- Problem: Write out again, exactly, the lines below starting at the one with "#321=LINE('',#320,#26);" and ending at the one with "#64=FACE_BOUND('',#63,.T.);".

- Data excerpts:

====

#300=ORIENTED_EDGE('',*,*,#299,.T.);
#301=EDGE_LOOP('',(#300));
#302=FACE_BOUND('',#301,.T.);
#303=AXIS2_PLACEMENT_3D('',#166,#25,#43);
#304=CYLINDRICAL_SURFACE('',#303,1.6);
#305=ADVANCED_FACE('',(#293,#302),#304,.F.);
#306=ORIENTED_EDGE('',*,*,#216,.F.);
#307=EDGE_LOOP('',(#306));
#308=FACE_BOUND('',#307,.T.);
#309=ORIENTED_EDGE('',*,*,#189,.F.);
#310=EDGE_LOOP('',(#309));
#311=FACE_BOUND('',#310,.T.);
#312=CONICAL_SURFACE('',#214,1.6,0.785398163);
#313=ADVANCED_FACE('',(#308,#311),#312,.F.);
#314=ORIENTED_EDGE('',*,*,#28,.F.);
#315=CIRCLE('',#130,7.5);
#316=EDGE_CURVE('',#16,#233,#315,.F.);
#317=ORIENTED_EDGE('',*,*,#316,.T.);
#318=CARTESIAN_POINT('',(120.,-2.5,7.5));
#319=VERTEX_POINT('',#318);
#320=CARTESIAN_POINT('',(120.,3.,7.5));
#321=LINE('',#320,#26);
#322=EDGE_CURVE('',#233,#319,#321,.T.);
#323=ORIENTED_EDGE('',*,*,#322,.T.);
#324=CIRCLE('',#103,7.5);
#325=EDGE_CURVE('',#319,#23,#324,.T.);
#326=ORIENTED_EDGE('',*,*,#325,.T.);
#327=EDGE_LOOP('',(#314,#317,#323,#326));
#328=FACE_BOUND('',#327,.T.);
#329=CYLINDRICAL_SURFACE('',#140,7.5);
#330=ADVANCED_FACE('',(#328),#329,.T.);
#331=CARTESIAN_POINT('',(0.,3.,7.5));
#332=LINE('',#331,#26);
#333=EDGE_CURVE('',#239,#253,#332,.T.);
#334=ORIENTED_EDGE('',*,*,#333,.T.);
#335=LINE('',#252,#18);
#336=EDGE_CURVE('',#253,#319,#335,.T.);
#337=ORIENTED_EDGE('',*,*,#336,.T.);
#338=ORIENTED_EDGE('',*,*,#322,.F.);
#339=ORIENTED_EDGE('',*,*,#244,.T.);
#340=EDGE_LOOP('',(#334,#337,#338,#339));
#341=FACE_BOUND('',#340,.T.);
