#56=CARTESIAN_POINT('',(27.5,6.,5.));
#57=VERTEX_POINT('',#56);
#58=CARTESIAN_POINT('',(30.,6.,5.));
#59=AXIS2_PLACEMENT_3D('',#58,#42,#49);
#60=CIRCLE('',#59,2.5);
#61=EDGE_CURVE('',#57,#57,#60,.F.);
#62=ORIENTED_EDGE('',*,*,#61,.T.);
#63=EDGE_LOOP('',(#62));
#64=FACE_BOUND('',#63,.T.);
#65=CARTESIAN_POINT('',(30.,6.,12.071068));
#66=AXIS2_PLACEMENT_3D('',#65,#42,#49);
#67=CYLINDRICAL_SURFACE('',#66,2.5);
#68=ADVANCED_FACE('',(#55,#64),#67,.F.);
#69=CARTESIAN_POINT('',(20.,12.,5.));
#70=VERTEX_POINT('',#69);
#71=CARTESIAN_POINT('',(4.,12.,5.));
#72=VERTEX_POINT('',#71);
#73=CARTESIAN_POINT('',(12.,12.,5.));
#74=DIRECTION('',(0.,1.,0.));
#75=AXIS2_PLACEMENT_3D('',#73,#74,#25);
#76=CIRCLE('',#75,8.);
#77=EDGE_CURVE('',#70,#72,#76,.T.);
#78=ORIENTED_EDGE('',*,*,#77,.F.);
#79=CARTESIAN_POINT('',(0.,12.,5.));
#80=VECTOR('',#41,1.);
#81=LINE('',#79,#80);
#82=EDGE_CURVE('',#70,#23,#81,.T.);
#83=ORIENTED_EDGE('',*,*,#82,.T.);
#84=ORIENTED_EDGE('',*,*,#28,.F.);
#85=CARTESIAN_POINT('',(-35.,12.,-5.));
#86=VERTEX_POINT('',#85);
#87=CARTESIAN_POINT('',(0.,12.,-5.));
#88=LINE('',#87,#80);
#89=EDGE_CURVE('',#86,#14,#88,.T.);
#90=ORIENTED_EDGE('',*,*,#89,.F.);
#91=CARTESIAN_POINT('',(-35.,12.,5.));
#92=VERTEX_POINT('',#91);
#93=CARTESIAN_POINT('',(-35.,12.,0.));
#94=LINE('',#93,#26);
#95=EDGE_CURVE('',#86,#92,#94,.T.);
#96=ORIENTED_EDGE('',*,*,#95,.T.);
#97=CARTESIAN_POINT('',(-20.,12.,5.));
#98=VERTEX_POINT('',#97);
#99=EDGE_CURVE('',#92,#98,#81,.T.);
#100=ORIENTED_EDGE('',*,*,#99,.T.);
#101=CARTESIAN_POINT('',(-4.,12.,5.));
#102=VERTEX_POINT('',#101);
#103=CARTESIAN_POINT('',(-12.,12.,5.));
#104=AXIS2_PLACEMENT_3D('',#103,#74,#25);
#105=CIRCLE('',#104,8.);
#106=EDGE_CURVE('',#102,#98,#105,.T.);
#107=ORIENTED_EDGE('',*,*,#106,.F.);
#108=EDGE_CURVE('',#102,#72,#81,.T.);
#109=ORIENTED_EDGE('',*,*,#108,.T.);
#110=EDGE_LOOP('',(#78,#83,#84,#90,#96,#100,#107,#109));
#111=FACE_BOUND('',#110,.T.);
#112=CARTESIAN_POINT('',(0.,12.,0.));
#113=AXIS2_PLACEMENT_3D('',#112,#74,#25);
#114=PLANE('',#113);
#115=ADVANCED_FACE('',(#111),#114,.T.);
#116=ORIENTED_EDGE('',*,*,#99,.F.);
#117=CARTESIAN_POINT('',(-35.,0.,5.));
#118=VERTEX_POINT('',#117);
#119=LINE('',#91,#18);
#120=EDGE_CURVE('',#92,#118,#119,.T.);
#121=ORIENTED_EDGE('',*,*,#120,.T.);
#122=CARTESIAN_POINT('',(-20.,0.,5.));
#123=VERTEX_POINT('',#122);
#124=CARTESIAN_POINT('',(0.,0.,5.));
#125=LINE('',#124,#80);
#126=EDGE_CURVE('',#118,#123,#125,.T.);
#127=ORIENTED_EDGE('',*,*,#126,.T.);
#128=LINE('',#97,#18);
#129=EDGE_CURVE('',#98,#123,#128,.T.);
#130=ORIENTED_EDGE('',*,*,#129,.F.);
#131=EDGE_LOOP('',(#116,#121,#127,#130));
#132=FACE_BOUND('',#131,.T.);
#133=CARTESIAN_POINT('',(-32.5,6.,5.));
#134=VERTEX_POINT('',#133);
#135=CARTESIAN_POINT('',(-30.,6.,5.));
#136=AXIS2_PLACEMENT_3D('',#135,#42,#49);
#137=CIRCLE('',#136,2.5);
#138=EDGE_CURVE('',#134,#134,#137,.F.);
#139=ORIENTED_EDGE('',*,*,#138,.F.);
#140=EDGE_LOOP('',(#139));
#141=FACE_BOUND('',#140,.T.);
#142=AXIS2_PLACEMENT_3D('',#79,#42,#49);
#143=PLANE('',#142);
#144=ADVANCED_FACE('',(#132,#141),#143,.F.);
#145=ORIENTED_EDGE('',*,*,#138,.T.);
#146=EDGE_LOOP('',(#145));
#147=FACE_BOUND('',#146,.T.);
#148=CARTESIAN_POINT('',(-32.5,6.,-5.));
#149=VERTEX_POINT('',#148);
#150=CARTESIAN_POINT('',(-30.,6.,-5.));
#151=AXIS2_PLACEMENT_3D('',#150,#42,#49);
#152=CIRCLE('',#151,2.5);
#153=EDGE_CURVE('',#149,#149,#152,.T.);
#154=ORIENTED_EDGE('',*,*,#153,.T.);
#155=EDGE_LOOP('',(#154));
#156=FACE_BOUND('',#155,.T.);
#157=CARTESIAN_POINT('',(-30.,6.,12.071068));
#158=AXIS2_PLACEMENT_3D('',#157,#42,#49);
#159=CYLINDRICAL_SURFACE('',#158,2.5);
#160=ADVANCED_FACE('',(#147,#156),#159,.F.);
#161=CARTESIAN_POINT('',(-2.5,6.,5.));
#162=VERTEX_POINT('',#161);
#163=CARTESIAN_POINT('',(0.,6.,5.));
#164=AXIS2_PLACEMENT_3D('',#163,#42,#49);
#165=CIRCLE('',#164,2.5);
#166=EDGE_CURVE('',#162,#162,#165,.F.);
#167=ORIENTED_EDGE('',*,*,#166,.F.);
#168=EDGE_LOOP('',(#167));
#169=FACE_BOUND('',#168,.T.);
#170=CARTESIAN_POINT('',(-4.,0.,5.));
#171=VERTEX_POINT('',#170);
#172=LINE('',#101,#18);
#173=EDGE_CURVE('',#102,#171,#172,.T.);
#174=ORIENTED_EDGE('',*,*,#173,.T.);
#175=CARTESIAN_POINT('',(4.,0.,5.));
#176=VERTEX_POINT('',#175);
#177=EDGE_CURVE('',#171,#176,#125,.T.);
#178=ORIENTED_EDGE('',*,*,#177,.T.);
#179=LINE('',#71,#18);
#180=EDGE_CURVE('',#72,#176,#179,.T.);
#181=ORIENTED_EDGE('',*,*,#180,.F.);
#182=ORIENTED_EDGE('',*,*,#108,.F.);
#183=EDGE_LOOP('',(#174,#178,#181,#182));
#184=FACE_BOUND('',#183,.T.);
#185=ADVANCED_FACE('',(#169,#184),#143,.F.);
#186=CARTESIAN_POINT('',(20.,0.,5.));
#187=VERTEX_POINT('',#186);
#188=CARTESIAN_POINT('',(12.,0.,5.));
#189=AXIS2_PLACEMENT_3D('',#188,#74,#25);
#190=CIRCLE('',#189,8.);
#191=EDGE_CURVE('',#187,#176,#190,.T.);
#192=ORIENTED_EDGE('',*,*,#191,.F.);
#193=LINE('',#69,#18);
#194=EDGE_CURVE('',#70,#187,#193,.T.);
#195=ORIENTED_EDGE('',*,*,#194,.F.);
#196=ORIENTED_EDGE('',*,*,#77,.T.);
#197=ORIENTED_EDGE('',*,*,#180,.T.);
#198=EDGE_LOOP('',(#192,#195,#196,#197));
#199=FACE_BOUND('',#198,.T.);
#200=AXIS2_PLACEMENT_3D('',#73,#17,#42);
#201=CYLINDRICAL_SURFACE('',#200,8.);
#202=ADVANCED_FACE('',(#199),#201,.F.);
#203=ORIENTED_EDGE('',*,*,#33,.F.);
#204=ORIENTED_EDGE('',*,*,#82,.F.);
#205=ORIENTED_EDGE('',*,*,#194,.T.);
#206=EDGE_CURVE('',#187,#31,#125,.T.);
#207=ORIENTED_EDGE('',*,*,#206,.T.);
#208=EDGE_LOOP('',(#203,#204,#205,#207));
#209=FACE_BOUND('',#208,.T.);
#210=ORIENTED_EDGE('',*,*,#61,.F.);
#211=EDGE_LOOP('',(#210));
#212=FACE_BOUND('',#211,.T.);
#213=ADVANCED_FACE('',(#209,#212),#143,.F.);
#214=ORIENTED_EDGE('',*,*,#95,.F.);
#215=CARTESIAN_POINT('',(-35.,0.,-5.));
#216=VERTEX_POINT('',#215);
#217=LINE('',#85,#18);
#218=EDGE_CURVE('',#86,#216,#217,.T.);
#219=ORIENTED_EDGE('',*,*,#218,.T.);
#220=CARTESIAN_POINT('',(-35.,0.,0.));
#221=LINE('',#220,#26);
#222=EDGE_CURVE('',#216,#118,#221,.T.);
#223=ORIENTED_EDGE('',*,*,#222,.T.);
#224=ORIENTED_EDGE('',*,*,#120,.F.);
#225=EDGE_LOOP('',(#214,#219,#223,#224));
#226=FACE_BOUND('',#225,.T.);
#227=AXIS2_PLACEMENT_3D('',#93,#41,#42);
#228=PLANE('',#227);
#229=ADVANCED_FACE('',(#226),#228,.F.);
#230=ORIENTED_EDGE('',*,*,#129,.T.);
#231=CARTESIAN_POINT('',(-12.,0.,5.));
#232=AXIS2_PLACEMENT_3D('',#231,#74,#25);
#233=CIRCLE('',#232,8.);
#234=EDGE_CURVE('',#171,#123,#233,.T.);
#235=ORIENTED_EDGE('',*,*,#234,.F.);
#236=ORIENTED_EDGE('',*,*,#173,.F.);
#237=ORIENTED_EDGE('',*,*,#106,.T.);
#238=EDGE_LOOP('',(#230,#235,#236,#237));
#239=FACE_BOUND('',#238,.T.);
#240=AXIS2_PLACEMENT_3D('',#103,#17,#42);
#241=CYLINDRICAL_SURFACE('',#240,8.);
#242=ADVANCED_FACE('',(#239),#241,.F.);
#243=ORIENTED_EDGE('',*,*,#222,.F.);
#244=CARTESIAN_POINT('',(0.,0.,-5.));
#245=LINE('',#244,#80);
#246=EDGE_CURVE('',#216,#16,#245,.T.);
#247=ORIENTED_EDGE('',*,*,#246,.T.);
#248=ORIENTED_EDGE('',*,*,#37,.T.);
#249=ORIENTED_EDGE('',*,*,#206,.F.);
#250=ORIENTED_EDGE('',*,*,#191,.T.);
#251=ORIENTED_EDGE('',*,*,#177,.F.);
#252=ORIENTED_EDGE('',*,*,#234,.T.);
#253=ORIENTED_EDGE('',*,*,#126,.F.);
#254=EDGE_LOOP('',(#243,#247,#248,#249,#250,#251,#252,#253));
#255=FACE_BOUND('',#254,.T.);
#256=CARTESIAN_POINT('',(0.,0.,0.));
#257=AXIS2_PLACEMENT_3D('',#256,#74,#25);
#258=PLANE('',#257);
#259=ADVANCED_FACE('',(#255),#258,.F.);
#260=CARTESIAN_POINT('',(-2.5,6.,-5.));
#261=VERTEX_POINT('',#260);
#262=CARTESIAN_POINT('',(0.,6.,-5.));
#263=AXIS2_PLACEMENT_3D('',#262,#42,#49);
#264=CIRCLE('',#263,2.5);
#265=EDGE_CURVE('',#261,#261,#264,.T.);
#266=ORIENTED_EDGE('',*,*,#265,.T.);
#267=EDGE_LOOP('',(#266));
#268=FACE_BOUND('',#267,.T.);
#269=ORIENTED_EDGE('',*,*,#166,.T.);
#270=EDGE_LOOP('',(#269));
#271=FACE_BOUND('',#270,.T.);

====

- Result:
#321=LINE('',#320,#26);
#322=EDGE_CURVE('',#233,#319,#321,.T.);
#323=ORIENTED_EDGE('',*,*,#322,.T.);
#324=CIRCLE('',#103,7.5);
#325=EDGE_CURVE('',#319,#23,#324,.T.);
#326=ORIENTED_EDGE('',*,*,#325,.T.);
#327=EDGE_LOOP('',(#314,#317,#323,#326));
#328=FACE_BOUND('',#327,.T.);
#329=CYLINDRICAL_SURFACE('',#140,7.5);
#330=ADVANCED_FACE('',(#328),#329,.T.);
#331=CARTESIAN_POINT('',(0.,3.,7.5));
#332=LINE('',#331,#26);
#333=EDGE_CURVE('',#239,#253,#332,.T.);
#334=ORIENTED_EDGE('',*,*,#333,.T.);
#335=LINE('',#252,#18);
#336=EDGE_CURVE('',#253,#319,#335,.T.);
#337=ORIENTED_EDGE('',*,*,#336,.T.);
#338=ORIENTED_EDGE('',*,*,#322,.F.);
#339=ORIENTED_EDGE('',*,*,#244,.T.);
#340=EDGE_LOOP('',(#334,#337,#338,#339));
#341=FACE_BOUND('',#340,.T.);
#56=CARTESIAN_POINT('',(27.5,6.,5.));
#57=VERTEX_POINT('',#56);
#58=CARTESIAN_POINT('',(30.,6.,5.));
#59=AXIS2_PLACEMENT_3D('',#58,#42,#49);
#60=CIRCLE('',#59,2.5);
#61=EDGE_CURVE('',#57,#57,#60,.F.);
#62=ORIENTED_EDGE('',*,*,#61,.T.);
#63=EDGE_LOOP('',(#62));
#64=FACE_BOUND('',#63,.T.);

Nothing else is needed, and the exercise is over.